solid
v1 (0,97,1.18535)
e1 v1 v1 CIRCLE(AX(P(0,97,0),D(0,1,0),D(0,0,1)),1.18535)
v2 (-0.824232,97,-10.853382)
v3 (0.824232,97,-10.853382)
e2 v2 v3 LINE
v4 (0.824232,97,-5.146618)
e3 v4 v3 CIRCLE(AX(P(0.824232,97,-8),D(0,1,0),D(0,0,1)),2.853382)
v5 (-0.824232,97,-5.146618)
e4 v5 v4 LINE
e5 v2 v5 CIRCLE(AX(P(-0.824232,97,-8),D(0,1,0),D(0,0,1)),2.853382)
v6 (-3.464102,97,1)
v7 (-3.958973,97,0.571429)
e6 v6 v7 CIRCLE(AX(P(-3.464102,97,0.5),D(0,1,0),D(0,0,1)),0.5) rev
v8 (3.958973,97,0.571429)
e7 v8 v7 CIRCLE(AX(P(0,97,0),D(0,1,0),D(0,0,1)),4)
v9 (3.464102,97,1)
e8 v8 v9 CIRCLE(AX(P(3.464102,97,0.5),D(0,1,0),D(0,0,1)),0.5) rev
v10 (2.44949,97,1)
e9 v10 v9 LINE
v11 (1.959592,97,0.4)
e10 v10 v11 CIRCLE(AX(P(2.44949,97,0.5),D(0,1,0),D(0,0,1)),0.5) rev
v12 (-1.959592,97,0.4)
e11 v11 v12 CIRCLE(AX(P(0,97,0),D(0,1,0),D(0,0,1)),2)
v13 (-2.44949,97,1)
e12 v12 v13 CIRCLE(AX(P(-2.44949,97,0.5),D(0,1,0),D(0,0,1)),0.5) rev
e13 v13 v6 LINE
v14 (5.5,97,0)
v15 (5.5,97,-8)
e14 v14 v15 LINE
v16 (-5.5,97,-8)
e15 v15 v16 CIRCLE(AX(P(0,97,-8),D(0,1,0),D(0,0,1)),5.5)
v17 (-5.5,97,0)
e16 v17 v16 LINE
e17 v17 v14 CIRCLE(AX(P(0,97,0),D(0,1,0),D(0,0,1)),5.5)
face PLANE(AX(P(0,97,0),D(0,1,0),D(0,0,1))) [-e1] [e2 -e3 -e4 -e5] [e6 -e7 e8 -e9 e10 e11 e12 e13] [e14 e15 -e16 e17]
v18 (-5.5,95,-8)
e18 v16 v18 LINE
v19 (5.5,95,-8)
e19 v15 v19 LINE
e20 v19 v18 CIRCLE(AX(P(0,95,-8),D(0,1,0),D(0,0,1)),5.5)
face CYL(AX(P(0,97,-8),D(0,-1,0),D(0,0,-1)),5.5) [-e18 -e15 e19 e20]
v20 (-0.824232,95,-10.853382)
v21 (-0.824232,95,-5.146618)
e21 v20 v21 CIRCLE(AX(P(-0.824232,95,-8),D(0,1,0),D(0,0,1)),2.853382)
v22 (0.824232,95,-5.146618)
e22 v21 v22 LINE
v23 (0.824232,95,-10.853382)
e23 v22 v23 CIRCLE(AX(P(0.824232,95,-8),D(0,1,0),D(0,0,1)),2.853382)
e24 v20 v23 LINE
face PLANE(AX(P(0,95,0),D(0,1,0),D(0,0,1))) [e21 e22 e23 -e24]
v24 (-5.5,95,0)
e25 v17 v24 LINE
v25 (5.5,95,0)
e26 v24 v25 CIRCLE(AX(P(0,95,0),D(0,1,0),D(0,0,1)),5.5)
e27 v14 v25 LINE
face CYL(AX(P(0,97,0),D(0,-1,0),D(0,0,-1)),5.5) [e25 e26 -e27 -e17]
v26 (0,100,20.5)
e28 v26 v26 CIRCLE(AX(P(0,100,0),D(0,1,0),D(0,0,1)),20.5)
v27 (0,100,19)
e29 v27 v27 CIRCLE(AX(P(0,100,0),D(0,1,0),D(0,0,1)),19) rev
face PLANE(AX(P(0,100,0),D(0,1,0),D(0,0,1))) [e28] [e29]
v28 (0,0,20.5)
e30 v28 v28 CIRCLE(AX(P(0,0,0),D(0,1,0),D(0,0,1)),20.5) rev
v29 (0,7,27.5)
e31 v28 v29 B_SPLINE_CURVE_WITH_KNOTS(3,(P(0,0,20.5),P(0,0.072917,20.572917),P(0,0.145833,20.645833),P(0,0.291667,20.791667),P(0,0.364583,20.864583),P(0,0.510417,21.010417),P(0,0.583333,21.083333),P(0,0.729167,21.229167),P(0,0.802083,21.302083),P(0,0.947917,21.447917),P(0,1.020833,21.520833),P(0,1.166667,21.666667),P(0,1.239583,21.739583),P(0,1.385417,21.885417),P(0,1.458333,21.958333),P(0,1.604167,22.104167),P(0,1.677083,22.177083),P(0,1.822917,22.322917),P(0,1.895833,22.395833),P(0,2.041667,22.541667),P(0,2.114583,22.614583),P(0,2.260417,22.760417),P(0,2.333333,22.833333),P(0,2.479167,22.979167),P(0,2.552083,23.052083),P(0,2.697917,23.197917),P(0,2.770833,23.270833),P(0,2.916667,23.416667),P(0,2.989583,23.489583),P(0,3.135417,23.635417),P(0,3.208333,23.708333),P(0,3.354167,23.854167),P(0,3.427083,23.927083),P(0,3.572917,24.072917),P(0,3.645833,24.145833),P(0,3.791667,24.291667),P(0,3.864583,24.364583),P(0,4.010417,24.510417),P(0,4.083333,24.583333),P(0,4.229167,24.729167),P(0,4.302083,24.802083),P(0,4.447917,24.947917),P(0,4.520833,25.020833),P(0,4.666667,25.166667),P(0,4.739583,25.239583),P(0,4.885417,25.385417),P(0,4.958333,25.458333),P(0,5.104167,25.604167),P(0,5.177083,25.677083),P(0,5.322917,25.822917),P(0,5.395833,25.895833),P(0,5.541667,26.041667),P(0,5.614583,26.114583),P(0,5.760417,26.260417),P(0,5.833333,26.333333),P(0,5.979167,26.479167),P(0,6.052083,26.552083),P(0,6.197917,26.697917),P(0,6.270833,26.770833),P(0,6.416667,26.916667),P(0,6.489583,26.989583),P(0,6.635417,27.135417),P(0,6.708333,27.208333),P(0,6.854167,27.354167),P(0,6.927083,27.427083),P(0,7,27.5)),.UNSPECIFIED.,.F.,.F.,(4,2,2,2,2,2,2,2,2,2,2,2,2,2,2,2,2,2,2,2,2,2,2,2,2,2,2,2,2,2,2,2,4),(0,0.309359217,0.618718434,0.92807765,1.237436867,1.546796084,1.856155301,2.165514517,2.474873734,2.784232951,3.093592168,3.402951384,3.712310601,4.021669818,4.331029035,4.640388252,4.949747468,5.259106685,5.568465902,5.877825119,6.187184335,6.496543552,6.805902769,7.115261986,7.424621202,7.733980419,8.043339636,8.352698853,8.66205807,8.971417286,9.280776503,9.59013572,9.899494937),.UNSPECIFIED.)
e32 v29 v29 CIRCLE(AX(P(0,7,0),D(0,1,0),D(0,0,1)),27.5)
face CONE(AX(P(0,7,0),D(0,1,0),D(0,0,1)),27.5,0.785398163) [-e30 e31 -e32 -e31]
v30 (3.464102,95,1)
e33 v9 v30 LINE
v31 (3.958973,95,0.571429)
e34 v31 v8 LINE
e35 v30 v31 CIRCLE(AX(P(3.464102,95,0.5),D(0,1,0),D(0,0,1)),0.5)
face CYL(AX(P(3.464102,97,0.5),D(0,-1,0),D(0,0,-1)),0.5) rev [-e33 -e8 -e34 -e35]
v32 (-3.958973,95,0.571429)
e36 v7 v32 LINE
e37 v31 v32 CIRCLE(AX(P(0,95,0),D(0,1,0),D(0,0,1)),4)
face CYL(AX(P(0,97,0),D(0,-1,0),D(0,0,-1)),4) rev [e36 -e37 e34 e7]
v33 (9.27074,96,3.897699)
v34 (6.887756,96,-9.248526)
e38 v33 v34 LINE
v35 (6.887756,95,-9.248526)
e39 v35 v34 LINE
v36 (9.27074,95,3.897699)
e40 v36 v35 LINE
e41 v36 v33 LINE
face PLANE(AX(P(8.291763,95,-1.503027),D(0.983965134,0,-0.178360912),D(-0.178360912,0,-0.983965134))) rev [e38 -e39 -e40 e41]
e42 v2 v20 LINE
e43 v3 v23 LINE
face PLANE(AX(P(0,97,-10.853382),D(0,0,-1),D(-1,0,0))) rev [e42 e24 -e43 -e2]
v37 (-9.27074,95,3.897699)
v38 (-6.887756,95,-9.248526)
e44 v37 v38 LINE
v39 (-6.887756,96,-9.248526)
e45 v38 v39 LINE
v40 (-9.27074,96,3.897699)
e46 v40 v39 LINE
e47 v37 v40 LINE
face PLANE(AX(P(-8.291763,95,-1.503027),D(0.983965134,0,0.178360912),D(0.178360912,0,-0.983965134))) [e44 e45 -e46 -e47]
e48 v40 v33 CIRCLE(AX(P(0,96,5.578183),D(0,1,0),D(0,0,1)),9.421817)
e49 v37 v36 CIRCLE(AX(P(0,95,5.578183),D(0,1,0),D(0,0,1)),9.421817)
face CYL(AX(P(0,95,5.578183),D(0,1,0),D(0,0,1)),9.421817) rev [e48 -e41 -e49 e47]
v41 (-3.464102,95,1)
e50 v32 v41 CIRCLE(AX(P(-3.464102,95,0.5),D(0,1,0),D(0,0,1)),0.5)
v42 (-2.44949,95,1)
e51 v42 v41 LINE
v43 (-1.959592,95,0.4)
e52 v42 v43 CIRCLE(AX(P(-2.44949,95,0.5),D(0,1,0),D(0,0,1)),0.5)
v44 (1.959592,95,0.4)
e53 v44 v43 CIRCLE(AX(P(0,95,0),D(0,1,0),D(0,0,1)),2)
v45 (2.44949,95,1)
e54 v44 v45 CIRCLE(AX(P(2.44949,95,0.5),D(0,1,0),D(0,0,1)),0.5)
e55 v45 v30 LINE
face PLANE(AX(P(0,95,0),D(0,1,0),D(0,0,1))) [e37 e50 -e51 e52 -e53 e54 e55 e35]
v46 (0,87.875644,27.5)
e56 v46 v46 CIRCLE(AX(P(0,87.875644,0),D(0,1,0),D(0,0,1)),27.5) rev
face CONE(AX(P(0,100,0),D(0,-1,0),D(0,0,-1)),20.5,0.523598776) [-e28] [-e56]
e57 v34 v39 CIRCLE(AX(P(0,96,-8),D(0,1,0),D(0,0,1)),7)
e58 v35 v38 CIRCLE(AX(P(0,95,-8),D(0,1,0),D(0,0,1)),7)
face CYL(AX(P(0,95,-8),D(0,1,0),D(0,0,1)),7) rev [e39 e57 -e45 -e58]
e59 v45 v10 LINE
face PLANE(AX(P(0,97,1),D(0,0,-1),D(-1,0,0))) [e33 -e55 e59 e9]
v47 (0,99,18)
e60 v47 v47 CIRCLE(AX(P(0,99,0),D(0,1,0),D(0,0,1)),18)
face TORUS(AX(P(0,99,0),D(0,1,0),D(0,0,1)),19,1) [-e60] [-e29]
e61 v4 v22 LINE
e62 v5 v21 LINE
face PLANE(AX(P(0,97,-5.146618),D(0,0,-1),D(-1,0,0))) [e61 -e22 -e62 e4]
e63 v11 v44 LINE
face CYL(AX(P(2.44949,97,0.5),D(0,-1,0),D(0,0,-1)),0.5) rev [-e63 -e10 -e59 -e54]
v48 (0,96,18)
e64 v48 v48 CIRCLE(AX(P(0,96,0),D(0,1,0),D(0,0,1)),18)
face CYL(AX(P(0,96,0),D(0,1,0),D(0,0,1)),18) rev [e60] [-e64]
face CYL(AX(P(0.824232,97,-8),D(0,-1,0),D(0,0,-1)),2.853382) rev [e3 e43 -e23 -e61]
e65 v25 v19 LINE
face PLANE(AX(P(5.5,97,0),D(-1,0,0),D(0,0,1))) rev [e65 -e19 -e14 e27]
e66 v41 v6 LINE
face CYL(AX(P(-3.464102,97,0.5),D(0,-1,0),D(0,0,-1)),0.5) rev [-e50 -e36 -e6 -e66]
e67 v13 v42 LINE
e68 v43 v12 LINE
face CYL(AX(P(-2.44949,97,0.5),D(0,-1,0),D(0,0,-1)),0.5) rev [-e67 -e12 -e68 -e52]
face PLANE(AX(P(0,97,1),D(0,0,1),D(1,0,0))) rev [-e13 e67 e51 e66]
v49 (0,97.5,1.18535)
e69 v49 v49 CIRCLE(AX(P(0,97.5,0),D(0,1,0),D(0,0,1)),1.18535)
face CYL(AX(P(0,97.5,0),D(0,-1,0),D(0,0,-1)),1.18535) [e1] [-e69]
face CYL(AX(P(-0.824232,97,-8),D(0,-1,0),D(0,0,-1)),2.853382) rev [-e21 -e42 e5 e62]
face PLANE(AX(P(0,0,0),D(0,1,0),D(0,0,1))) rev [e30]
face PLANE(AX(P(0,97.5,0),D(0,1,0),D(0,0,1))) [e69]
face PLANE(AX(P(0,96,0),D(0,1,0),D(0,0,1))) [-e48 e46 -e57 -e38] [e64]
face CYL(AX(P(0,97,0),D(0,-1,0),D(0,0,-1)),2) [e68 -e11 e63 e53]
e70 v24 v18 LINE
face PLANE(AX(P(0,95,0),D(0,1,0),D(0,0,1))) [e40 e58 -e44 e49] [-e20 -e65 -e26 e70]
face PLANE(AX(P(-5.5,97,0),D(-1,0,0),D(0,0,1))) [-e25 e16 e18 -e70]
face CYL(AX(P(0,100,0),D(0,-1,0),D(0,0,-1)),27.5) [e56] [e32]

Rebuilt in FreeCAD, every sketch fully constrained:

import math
import FreeCAD as App
import Part
import Sketcher
from FreeCAD import Vector


def edges_at(feature, points):
    """Names of the edges that pass closest to the given points."""
    edges = feature.Shape.Edges
    near = lambda p: min(range(len(edges)), key=lambda i: edges[i].distToShape(Part.Vertex(*p))[0])
    return sorted({f"Edge{near(p) + 1}" for p in points})

doc = App.newDocument("Part")
body = doc.addObject("PartDesign::Body", "Body")

sketch1 = body.newObject("Sketcher::SketchObject", "Sketch")
sketch1.AttachmentSupport = (doc.getObject("XZ_Plane"), [""])
sketch1.MapMode = "FlatFace"
sketch1.addGeometry(Part.Circle(Vector(0, 0, 0), Vector(0, 0, 1), 28), False)
sketch1.addConstraint([
    Sketcher.Constraint("Coincident", 0, 3, -1, 1),
    Sketcher.Constraint("Diameter", 0, 55.0),
])
pad1 = body.newObject("PartDesign::Pad", "Pad")
pad1.Profile = sketch1
pad1.Length = 100
pad1.Reversed = True
doc.recompute()

chamfer = body.newObject("PartDesign::Chamfer", "Chamfer")
chamfer.Base = (pad1, edges_at(pad1, [(0, 100, -27.5)]))
chamfer.ChamferType = "Two distances"
chamfer.Size = 7
chamfer.Size2 = 12.124356
chamfer.FlipDirection = True
doc.recompute()

chamfer2 = body.newObject("PartDesign::Chamfer", "Chamfer001")
chamfer2.Base = (chamfer, edges_at(chamfer, [(0, 0, -27.5)]))
chamfer2.Size = 7

sketch2 = body.newObject("Sketcher::SketchObject", "Sketch001")
sketch2.AttachmentSupport = (doc.getObject("XZ_Plane"), [""])
sketch2.MapMode = "FlatFace"
sketch2.AttachmentOffset = App.Placement(Vector(0, 0, -100), App.Rotation())
sketch2.addGeometry(Part.Circle(Vector(0, 0, 0), Vector(0, 0, 1), 18), False)
sketch2.addConstraint([
    Sketcher.Constraint("Coincident", 0, 3, -1, 1),
    Sketcher.Constraint("Diameter", 0, 36.0),
])
pocket1 = body.newObject("PartDesign::Pocket", "Pocket")
pocket1.Profile = sketch2
pocket1.Length = 4
pocket1.Reversed = True
doc.recompute()

fillet = body.newObject("PartDesign::Fillet", "Fillet")
fillet.Base = (pocket1, edges_at(pocket1, [(0, 100, -18)]))
fillet.Radius = 1

sketch3 = body.newObject("Sketcher::SketchObject", "Sketch002")
sketch3.AttachmentSupport = (doc.getObject("XZ_Plane"), [""])
sketch3.MapMode = "FlatFace"
sketch3.AttachmentOffset = App.Placement(Vector(0, 0, -96), App.Rotation())
sketch3.addGeometry([
    Part.ArcOfCircle(Part.Circle(Vector(0, 6, 0), Vector(0, 0, 1), 9), math.radians(-10), math.radians(190)),
    Part.LineSegment(Vector(9, 4, 0), Vector(7, -9, 0)),
    Part.ArcOfCircle(Part.Circle(Vector(0, -8, 0), Vector(0, 0, 1), 7), math.radians(-170), math.radians(-10)),
    Part.LineSegment(Vector(-7, -9, 0), Vector(-9, 4, 0)),
], False)
sketch3.addConstraint([
    Sketcher.Constraint("Tangent", 0, 1, 1, 1),
    Sketcher.Constraint("Tangent", 1, 2, 2, 2),
    Sketcher.Constraint("Tangent", 2, 1, 3, 1),
    Sketcher.Constraint("Tangent", 3, 2, 0, 2),
    Sketcher.Constraint("Symmetric", 1, 2, 2, 1, -2),
    Sketcher.Constraint("Radius", 2, 7.0),
    Sketcher.Constraint("DistanceY", 2, 3, -1, 1, 8.0),
    Sketcher.Constraint("Radius", 0, 9.421817),
    Sketcher.Constraint("DistanceY", -1, 1, 0, 1, 3.897699),
])
pocket2 = body.newObject("PartDesign::Pocket", "Pocket001")
pocket2.Profile = sketch3
pocket2.Length = 1
pocket2.Reversed = True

- - -

§ Brief:
Spot every line in the entries that includes the word "CONE", and copy each one out.

§ Exercise response:
face CONE(AX(P(0,7,0),D(0,1,0),D(0,0,1)),27.5,0.785398163) [-e30 e31 -e32 -e31]
face CONE(AX(P(0,100,0),D(0,-1,0),D(0,0,-1)),20.5,0.523598776) [-e28] [-e56]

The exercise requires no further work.